Genentech’s Immunotherapy Drug Atezolizumab Granted FDA Priority Review for Treatment of NSCLC

Genentech announced that its Biologics License Application (BLA) for atezolizumab was granted priority review by the U.S. Food and Drug Administration (FDA) for the treatment of locally advanced or metastatic non-small cell lung cancer (NSCLC), when the tumor expresses the protein PD-L1 and they have progressed on or after platinum-containing chemotherapy.

“In a study of atezolizumab in people with previously treated advanced lung cancer, PD-L1 expression correlated with how well they responded to the medicine,” Sandra Horning, M.D., Genentech’s chief medical officer and head of Global Product Development, said in a press release. “The goal of PD-L1 as a biomarker is to identify people most likely to benefit from atezolizumab alone.”

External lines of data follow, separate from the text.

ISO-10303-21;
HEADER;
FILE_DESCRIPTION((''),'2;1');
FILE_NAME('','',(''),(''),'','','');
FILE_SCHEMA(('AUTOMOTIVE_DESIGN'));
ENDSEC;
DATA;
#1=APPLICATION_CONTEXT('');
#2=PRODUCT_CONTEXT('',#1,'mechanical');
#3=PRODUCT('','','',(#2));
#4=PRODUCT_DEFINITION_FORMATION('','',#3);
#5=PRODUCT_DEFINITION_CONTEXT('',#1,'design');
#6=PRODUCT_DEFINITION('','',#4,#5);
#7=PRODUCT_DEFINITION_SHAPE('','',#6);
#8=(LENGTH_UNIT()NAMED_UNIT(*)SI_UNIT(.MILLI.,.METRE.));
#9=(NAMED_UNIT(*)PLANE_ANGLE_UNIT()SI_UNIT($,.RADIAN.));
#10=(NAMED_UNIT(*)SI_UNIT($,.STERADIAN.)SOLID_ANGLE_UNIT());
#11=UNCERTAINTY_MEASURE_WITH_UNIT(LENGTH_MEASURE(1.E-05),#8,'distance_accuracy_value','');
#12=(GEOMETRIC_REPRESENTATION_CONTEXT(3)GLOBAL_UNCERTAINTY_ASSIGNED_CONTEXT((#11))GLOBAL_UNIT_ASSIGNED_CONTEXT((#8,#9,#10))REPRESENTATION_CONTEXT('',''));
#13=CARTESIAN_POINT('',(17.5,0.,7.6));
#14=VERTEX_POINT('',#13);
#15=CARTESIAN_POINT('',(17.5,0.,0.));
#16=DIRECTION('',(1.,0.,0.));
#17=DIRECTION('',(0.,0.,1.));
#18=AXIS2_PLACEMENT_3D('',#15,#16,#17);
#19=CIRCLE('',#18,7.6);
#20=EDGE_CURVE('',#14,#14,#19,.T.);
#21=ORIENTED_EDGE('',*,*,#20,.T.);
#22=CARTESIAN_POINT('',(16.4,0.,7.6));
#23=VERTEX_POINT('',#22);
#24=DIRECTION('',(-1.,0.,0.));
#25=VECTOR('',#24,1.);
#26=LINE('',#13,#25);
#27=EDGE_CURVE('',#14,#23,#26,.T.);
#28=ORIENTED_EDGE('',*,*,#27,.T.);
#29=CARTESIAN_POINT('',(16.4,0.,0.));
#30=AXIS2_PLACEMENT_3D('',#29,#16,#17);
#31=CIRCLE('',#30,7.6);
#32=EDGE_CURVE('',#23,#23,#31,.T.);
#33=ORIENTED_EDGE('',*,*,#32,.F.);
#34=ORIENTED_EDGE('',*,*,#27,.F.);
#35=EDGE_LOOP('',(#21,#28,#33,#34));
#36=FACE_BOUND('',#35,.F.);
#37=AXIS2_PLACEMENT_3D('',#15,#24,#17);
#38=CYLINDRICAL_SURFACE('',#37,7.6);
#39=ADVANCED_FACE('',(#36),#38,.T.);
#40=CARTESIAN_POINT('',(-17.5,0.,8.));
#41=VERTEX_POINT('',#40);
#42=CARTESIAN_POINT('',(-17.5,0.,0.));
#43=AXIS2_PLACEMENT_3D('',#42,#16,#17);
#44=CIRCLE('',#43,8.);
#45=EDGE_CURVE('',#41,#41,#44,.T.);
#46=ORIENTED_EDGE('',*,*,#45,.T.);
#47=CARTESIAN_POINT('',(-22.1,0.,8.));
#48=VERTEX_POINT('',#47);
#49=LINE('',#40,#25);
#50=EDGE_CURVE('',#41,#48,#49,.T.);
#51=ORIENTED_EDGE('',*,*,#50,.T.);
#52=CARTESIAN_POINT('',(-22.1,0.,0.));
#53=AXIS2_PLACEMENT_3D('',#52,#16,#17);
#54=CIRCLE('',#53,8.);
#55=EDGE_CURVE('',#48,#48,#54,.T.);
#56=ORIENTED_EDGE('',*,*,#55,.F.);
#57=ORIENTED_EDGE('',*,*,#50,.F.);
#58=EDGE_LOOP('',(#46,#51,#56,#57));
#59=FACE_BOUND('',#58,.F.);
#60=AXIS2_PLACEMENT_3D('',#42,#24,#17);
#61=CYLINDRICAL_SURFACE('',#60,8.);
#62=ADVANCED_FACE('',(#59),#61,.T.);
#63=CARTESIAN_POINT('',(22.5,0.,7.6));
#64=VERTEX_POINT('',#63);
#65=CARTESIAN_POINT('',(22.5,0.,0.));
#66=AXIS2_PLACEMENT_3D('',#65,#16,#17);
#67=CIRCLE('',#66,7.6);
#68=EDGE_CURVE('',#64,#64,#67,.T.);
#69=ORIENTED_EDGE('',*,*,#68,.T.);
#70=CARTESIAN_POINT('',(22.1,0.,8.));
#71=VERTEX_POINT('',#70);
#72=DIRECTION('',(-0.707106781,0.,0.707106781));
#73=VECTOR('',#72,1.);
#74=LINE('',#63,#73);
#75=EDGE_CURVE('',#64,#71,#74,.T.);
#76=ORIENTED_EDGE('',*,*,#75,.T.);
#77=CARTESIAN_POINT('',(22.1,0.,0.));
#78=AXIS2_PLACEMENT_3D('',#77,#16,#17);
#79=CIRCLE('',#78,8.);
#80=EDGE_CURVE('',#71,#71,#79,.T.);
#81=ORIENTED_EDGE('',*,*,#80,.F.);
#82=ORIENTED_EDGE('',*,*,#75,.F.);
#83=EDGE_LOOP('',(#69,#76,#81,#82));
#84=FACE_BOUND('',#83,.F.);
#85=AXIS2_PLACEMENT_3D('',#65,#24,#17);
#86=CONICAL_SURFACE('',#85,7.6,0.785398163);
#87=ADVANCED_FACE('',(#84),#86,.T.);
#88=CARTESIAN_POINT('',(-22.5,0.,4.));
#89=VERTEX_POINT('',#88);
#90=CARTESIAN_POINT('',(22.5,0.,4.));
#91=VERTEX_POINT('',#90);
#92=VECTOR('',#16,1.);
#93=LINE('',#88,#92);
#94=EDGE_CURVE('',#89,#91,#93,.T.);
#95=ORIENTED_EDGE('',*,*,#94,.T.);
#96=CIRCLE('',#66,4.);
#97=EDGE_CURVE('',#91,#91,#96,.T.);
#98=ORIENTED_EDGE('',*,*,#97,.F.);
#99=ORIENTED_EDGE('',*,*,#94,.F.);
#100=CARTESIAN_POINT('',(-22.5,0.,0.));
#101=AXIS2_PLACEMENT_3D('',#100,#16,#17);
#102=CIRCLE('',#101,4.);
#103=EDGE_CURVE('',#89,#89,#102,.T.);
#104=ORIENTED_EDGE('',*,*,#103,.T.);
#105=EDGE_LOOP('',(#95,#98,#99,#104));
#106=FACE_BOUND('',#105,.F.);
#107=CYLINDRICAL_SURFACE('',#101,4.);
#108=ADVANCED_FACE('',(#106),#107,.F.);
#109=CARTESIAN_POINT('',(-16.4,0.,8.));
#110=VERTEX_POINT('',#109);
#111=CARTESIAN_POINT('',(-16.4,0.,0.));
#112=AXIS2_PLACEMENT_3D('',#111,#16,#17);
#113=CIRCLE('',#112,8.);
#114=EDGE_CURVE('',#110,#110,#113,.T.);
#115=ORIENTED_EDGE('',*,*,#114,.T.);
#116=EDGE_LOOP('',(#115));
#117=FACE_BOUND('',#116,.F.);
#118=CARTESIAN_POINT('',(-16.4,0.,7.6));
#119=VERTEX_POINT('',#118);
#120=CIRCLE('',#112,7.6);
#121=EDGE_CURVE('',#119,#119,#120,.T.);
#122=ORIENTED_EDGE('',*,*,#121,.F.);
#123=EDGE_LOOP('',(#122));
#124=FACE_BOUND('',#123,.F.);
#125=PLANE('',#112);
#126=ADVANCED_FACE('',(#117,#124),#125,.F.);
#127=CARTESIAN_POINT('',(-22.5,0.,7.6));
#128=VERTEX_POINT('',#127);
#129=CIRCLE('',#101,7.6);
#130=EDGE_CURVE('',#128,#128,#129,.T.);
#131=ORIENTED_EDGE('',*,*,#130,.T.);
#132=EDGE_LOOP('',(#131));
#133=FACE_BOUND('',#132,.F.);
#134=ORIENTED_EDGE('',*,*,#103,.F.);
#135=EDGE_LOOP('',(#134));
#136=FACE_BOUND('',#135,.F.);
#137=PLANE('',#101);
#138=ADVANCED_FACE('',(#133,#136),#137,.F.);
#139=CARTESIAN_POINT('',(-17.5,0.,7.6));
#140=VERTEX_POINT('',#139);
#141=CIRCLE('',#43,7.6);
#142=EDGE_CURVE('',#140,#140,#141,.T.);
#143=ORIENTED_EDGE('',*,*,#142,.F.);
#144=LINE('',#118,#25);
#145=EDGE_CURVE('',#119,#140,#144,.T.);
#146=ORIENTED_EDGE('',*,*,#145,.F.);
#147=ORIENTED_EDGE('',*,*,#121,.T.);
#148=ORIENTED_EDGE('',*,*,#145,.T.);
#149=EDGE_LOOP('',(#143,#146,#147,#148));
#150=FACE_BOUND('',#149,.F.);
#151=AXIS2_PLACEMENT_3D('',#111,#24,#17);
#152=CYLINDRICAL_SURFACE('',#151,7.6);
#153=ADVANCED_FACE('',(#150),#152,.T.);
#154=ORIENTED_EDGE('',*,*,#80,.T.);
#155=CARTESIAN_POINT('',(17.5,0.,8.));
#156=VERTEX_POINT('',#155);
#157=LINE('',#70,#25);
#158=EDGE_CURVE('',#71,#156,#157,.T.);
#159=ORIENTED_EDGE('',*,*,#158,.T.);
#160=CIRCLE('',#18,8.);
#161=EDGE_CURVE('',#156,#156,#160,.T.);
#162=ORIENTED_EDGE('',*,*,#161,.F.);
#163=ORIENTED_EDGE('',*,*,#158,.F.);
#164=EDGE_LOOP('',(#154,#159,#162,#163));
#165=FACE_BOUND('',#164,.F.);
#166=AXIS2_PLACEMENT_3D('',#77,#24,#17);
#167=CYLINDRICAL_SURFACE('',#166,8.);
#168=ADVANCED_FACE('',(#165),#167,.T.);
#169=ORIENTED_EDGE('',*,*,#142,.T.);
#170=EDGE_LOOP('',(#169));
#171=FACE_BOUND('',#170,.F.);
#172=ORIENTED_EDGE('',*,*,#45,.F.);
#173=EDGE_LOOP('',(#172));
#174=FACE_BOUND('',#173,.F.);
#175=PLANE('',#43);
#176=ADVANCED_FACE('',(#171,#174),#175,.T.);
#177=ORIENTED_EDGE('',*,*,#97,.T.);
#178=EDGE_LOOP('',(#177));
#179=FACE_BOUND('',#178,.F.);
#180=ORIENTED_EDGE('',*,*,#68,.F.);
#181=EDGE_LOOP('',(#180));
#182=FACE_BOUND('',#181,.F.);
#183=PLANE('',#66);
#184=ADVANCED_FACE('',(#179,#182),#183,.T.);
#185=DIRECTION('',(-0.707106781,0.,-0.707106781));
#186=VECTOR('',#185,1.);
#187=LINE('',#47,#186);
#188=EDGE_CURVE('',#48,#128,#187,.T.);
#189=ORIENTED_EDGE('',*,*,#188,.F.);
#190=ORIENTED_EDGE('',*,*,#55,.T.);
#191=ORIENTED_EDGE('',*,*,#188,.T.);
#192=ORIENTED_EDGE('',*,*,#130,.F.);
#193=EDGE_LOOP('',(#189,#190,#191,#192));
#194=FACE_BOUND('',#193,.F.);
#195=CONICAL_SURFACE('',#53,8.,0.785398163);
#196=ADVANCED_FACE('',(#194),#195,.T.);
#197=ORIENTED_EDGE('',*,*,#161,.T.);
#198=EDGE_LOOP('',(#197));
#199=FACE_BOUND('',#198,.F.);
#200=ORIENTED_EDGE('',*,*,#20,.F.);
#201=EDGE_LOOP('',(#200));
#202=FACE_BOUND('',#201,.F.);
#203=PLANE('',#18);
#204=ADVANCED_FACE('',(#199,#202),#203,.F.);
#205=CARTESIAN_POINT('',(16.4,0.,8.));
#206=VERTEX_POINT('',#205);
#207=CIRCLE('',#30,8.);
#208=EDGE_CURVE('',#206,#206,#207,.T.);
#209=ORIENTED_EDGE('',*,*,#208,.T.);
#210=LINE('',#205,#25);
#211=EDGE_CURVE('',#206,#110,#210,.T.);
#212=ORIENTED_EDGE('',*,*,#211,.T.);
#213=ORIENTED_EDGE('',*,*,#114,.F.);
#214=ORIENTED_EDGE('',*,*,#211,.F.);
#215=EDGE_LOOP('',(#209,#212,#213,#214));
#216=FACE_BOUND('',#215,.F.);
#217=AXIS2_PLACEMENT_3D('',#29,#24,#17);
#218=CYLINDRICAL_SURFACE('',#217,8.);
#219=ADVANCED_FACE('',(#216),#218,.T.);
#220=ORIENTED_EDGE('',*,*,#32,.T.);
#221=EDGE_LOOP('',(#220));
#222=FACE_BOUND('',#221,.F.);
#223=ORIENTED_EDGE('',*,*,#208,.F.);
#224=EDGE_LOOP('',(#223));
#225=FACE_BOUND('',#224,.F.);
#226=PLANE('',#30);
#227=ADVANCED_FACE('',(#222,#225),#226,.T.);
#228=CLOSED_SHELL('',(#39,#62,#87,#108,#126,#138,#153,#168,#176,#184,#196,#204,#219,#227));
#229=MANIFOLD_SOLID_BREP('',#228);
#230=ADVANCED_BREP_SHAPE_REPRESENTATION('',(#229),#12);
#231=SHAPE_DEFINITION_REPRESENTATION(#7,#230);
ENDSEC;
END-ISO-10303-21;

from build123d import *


with BuildPart() as f1:
    # F0 (on Front) → F1 (revolve)
    with BuildSketch(Plane.XZ):
        Polygon((16.4, 8), (0, 8), (-16.4, 8), (-16.4, 7.6), (-17.5, 7.6), (-17.5, 8), (-22.1, 8), (-22.5, 7.6), (-22.5, 4), (0, 4), (22.5, 4), (22.5, 7.6), (22.1, 8), (17.5, 8), (17.5, 7.6), (16.4, 7.6), align=None)
    revolve(axis=Axis((5.405286, 0, 0), (1, 0, 0)))


solid = f1.part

Atezolizumab, an anti-PDL1 checkpoint inhibitor, is an investigational monoclonal antibody engineered to bind with PD-L1, a protein called “programmed death ligand-1.” Atezolizumab was designed to bind directly to PD-L1 expressed on tumor cells and tumor-infiltrating immune cells, blocking their interactions with PD-1 and B7.1 receptors. By inhibiting PD-L1, the drug enables the activation of T-cells that will then infiltrate the tumor micro-environment and proceed toward its destruction.

In February 2015, atezolizumab was granted Breakthrough Therapy designation by the FDA for the treatment of patients whose NSCLC expressed PD-L1 and whose disease had progressed during or after standard chemotherapies (for instance, platinum-based or targeted for EGFR mutation-positive or ALK-positive disease).

A BTD designation is meant to accelerate the development and review of medicines that can treat serious life-threatening diseases while ensuring patients can access them as soon as possible. The BLA submission has similar conditions and is based on results from clinical trials, such as the Phase 2 BIRCH study, which evaluated the safety and efficacy of atezolizumab in 667 people with locally advanced or metastatic NSCLC that expressed PD-L1. Patients were given 1,200-mg IV dose of atezolizumab every three weeks, and the study met all its primary and secondary endpoints with positive results.

This is the second time the FDA granted Biologics License Application for atezolizumab. On March 14, Genentech announced the first BLA acceptance and Priority Review for the treatment of people with locally advanced or metastatic urothelial carcinoma (mUC). The therapeutic potential of atezolizumab is also being studied in several other cancers.